Provided information »
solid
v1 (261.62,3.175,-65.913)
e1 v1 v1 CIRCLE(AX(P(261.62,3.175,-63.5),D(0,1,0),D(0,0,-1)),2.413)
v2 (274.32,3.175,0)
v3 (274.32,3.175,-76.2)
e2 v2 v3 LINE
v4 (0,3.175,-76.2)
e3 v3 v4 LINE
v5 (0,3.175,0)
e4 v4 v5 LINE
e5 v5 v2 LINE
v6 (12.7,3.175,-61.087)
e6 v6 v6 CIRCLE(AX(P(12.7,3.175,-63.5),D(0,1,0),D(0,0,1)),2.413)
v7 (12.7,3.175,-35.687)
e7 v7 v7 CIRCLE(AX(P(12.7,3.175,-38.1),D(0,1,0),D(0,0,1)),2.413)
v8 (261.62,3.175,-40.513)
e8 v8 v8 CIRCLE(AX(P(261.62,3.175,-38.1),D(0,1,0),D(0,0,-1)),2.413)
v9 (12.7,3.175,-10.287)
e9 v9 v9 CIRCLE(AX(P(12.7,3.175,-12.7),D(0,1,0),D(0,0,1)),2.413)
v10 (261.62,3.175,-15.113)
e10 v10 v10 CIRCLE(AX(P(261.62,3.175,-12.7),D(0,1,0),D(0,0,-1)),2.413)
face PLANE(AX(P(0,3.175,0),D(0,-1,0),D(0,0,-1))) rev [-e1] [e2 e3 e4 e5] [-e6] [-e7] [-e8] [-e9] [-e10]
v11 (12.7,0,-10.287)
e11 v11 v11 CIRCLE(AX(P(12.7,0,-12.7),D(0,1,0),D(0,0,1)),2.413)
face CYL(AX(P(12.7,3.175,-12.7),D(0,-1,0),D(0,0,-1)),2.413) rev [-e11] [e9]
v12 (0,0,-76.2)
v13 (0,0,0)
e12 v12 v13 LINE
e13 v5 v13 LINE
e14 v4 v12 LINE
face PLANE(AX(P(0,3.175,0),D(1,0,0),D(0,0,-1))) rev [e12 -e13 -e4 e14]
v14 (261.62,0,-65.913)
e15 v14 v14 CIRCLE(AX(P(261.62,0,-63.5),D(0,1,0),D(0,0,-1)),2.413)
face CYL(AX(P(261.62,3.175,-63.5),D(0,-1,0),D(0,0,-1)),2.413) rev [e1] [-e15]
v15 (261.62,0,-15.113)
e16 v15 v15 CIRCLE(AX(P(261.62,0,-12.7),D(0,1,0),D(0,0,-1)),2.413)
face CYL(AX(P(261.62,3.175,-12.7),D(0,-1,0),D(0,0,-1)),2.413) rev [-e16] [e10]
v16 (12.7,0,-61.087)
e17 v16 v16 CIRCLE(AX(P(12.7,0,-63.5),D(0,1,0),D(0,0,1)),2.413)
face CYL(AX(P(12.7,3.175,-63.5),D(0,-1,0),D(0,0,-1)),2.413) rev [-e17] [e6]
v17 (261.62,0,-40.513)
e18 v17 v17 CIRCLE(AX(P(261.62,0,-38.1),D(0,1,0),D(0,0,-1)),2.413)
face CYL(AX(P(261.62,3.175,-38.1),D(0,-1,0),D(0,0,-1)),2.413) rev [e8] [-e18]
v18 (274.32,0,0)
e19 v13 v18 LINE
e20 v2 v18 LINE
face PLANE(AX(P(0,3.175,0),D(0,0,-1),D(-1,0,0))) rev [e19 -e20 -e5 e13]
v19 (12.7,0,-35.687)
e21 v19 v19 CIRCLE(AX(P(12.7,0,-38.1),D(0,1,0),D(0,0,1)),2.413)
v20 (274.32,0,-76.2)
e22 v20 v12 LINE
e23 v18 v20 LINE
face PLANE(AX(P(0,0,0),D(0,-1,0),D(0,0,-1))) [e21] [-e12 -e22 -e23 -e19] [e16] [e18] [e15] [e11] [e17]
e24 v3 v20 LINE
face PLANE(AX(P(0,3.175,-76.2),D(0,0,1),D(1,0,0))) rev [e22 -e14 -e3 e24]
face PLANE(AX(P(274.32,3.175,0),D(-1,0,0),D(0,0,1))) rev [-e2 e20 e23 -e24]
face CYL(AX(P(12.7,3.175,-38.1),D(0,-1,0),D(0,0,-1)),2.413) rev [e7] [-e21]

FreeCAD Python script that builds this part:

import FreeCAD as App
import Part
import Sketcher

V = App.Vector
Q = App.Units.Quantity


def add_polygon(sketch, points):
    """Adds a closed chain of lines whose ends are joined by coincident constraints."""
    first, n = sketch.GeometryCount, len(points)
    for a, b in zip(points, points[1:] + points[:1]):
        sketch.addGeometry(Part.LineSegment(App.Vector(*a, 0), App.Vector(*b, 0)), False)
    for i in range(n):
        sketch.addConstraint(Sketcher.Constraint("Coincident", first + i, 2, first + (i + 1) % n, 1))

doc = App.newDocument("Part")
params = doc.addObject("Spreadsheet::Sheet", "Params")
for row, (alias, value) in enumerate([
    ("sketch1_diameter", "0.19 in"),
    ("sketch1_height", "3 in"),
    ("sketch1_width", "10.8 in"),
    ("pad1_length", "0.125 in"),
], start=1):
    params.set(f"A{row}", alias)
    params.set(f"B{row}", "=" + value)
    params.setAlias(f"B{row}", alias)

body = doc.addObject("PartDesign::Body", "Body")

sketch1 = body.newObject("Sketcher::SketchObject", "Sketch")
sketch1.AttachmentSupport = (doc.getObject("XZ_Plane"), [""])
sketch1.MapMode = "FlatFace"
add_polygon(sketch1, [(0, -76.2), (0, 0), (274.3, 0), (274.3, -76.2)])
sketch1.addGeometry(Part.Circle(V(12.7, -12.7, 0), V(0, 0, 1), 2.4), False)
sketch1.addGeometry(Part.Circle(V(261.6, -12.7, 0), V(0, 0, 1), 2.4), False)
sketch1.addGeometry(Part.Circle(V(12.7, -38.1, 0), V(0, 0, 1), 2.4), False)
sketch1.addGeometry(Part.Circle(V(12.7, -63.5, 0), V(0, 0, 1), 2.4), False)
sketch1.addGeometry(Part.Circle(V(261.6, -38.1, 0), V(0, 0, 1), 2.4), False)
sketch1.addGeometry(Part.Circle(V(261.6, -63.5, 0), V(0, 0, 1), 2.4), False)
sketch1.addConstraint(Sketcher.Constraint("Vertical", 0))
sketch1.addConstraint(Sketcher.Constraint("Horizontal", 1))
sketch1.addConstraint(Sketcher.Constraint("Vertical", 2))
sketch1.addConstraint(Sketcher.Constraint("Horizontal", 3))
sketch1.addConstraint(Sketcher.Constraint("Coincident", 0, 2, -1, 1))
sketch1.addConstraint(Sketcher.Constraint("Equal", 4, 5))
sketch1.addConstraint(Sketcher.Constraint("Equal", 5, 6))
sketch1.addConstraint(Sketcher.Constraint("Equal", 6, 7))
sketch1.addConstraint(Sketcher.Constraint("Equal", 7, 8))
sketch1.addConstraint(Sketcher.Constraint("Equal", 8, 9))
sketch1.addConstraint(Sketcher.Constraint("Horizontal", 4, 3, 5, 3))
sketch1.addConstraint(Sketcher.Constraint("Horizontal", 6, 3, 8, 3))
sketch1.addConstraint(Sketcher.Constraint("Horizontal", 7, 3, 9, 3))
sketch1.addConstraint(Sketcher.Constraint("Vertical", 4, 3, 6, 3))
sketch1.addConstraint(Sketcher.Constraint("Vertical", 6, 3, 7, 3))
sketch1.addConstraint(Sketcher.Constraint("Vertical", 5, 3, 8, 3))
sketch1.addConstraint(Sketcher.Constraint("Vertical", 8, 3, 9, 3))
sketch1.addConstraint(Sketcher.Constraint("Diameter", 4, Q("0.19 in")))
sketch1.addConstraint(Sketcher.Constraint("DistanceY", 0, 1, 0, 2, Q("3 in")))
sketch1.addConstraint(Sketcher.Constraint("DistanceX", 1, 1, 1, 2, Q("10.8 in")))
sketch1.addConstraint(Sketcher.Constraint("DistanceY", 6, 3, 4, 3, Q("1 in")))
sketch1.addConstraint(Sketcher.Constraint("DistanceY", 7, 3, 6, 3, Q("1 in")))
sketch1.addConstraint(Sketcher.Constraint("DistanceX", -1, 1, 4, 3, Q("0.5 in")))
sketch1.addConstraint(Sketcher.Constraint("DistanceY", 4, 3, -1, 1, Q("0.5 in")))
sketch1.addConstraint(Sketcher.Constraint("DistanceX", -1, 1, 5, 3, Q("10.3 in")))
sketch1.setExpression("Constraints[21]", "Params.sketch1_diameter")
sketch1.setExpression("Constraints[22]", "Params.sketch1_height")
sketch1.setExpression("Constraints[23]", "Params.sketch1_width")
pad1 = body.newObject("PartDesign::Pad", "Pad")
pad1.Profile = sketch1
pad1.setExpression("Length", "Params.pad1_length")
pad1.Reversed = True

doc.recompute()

Work order »
In the listing above, start at the line with "v14 (261.62,0,-65.913)", go on through the line with "v19 (12.7,0,-35.687)", and copy each of those lines exactly; leave out all the rest.

Response area »
v14 (261.62,0,-65.913)
e15 v14 v14 CIRCLE(AX(P(261.62,0,-63.5),D(0,1,0),D(0,0,-1)),2.413)
face CYL(AX(P(261.62,3.175,-63.5),D(0,-1,0),D(0,0,-1)),2.413) rev [e1] [-e15]
v15 (261.62,0,-15.113)
e16 v15 v15 CIRCLE(AX(P(261.62,0,-12.7),D(0,1,0),D(0,0,-1)),2.413)
face CYL(AX(P(261.62,3.175,-12.7),D(0,-1,0),D(0,0,-1)),2.413) rev [-e16] [e10]
v16 (12.7,0,-61.087)
e17 v16 v16 CIRCLE(AX(P(12.7,0,-63.5),D(0,1,0),D(0,0,1)),2.413)
face CYL(AX(P(12.7,3.175,-63.5),D(0,-1,0),D(0,0,-1)),2.413) rev [-e17] [e6]
v17 (261.62,0,-40.513)
e18 v17 v17 CIRCLE(AX(P(261.62,0,-38.1),D(0,1,0),D(0,0,-1)),2.413)
face CYL(AX(P(261.62,3.175,-38.1),D(0,-1,0),D(0,0,-1)),2.413) rev [e8] [-e18]
v18 (274.32,0,0)
e19 v13 v18 LINE
e20 v2 v18 LINE
face PLANE(AX(P(0,3.175,0),D(0,0,-1),D(-1,0,0))) rev [e19 -e20 -e5 e13]
v19 (12.7,0,-35.687)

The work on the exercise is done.